The Index is already diversified to some extent as its a number of companies, however is it wise to go into other Indices. Having said that I cant seem to research any that are decent. ASX seems (historically and of recent) to be the strongest index so it doestn seem to make sense to look at others.

Also what companies (besides vanguard) can I look at for Index Fund options??
Any other relevant info will be greatly appreciated.


----------



## So_Cynical (28 March 2011)

zac said:


> Also what companies (besides vanguard) can I look at for Index Fund options??
> Any other relevant info will be greatly appreciated.




http://www.spdrs.com.au/

State Street have 4 index funds....the oldest and biggest listed tracking funds in Australia...except for the new dividend fund.


----------



## Boggo (28 March 2011)

This (QRE) may also be worth a look.

http://www.betashares.com.au/products/name/s-amp-p-asx-200-resources-sector-etf/#each-keyFacts

Let me know what you think of it, I haven't heard much about it but I do like the sector.


----------



## zac (29 March 2011)

Boggo said:


> This (QRE) may also be worth a look.
> 
> http://www.betashares.com.au/products/name/s-amp-p-asx-200-resources-sector-etf/#each-keyFacts
> 
> Let me know what you think of it, I haven't heard much about it but I do like the sector.




Im not sure I follow what it is exactly.
Instead of buying into an Index, you buy QRE on the ASX? But then that doesnt make sense, what about management fees.
Also is it invested in the ASX200?


----------



## Bill M (29 March 2011)

zac said:


> Im not sure I follow what it is exactly.
> Instead of buying into an Index, you buy QRE on the ASX? But then that doesnt make sense, what about management fees.
> Also is it invested in the ASX200?




QRE is an index.
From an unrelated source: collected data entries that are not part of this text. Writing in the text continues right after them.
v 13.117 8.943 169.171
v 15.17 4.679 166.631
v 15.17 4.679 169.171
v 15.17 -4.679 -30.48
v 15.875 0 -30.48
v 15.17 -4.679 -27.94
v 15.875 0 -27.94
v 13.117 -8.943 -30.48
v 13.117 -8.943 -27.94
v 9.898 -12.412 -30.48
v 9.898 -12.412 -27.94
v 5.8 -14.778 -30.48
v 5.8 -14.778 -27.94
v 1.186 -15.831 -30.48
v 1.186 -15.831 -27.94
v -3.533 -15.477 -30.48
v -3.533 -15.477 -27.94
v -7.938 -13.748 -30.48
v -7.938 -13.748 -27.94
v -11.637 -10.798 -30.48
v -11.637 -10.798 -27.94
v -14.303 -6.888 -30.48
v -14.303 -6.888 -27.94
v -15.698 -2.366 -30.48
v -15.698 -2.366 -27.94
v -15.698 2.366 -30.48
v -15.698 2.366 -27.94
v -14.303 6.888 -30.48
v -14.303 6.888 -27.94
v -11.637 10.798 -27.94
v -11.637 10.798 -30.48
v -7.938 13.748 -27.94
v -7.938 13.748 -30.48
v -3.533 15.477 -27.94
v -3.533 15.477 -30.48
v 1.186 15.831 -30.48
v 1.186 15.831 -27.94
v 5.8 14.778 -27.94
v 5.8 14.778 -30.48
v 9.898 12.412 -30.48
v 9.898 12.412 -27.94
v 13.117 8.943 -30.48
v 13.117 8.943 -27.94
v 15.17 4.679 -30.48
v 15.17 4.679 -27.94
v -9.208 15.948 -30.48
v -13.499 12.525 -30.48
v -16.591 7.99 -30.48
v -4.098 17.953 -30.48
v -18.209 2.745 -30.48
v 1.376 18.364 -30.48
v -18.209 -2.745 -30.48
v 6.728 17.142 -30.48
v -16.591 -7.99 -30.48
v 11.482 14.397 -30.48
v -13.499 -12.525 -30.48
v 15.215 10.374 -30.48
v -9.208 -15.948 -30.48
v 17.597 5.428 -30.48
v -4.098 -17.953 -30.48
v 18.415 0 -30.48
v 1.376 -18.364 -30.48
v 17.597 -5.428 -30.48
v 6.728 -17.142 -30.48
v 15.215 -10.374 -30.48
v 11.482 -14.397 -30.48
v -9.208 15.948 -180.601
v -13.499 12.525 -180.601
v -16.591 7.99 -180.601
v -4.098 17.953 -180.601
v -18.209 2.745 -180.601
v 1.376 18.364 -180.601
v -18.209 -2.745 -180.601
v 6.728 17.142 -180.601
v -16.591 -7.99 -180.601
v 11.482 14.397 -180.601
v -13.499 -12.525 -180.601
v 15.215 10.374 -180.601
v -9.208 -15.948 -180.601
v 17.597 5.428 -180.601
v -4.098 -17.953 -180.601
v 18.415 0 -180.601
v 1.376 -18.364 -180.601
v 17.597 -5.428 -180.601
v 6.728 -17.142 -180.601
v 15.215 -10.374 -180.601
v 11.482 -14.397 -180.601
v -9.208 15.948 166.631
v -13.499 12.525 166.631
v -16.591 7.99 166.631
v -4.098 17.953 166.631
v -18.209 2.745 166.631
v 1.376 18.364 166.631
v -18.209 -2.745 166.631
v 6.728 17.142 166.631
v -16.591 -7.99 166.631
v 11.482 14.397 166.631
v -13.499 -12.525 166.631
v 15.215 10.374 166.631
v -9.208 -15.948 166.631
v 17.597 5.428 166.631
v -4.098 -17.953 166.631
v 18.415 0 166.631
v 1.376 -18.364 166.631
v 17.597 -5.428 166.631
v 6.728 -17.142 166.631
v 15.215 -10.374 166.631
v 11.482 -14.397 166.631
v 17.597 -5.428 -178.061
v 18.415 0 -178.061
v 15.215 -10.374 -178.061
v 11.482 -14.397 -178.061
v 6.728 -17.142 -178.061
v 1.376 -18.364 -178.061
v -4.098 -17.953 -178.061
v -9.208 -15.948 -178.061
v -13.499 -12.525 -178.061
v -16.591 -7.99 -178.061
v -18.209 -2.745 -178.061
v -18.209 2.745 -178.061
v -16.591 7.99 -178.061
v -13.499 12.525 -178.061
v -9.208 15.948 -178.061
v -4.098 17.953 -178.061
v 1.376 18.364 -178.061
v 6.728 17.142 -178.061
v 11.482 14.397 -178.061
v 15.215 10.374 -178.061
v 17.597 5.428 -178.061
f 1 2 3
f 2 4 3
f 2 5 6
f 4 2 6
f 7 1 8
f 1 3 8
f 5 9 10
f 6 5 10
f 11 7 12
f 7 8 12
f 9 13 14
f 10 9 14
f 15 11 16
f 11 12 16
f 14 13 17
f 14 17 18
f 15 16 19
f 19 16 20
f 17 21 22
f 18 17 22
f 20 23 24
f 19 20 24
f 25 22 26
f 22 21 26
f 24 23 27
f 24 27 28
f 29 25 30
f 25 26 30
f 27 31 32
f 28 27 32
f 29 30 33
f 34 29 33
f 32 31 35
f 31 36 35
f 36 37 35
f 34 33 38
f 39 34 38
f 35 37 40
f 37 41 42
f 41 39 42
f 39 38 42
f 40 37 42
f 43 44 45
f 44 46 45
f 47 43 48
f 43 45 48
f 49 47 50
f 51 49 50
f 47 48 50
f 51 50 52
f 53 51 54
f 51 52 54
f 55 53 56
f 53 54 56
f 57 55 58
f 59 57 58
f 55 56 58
It aims to track the price and income performance of the S&P/ASX 200 Resources Index. You buy it from your online Brokers site just like you would buy BHP. Their management fees are taken out of the fund, you don't actually pay extra for it in addition to your purchase. 


There are many ETF indexes and you have to decide which ones you want to buy.

Another company that offers ETF's is iShares, link here: 
http://au.ishares.com/index.do


----------



## So_Cynical (29 March 2011)

zac said:


> Im not sure I follow what it is exactly.
> Instead of buying into an Index, you buy QRE on the ASX? But then that doesn't make sense, what about management fees.
> Also is it invested in the ASX200?




zac .. if after following the link and having a read, your left feeling like you don't know what it is, its probably fair to say you need a bit of an education re your investment choices.

95% of what you need to know (basic info) can be found on the ASX site, lets start with the many indexes. http://www.asx.com.au/asx/statistics/indexInfo.do


----------



## zac (29 March 2011)

So_Cynical said:


> zac .. if after following the link and having a read, your left feeling like you don't know what it is, its probably fair to say you need a bit of an education re your investment choices.
> 
> 95% of what you need to know (basic info) can be found on the ASX site, lets start with the many indexes. http://www.asx.com.au/asx/statistics/indexInfo.do




LOL Youre so cynical, I know about the different indices. Ive been looking at so many different ones.
ie i know even in the ASX there are heaps of types of Indices alone. 
What I surprised me though is from that link given it looked like rather than buying into a fund as such you could buy QRE shares which is a combination of basically the ASX200.
Seems something is amiss though and yeah im sure my knowledge there is short.


----------



## So_Cynical (29 March 2011)

zac said:


> What I surprised me though is from that link given it looked like rather than buying into a fund as such you could buy QRE shares which is a combination of basically the ASX200.
> Seems something is amiss though and yeah im sure my knowledge there is short.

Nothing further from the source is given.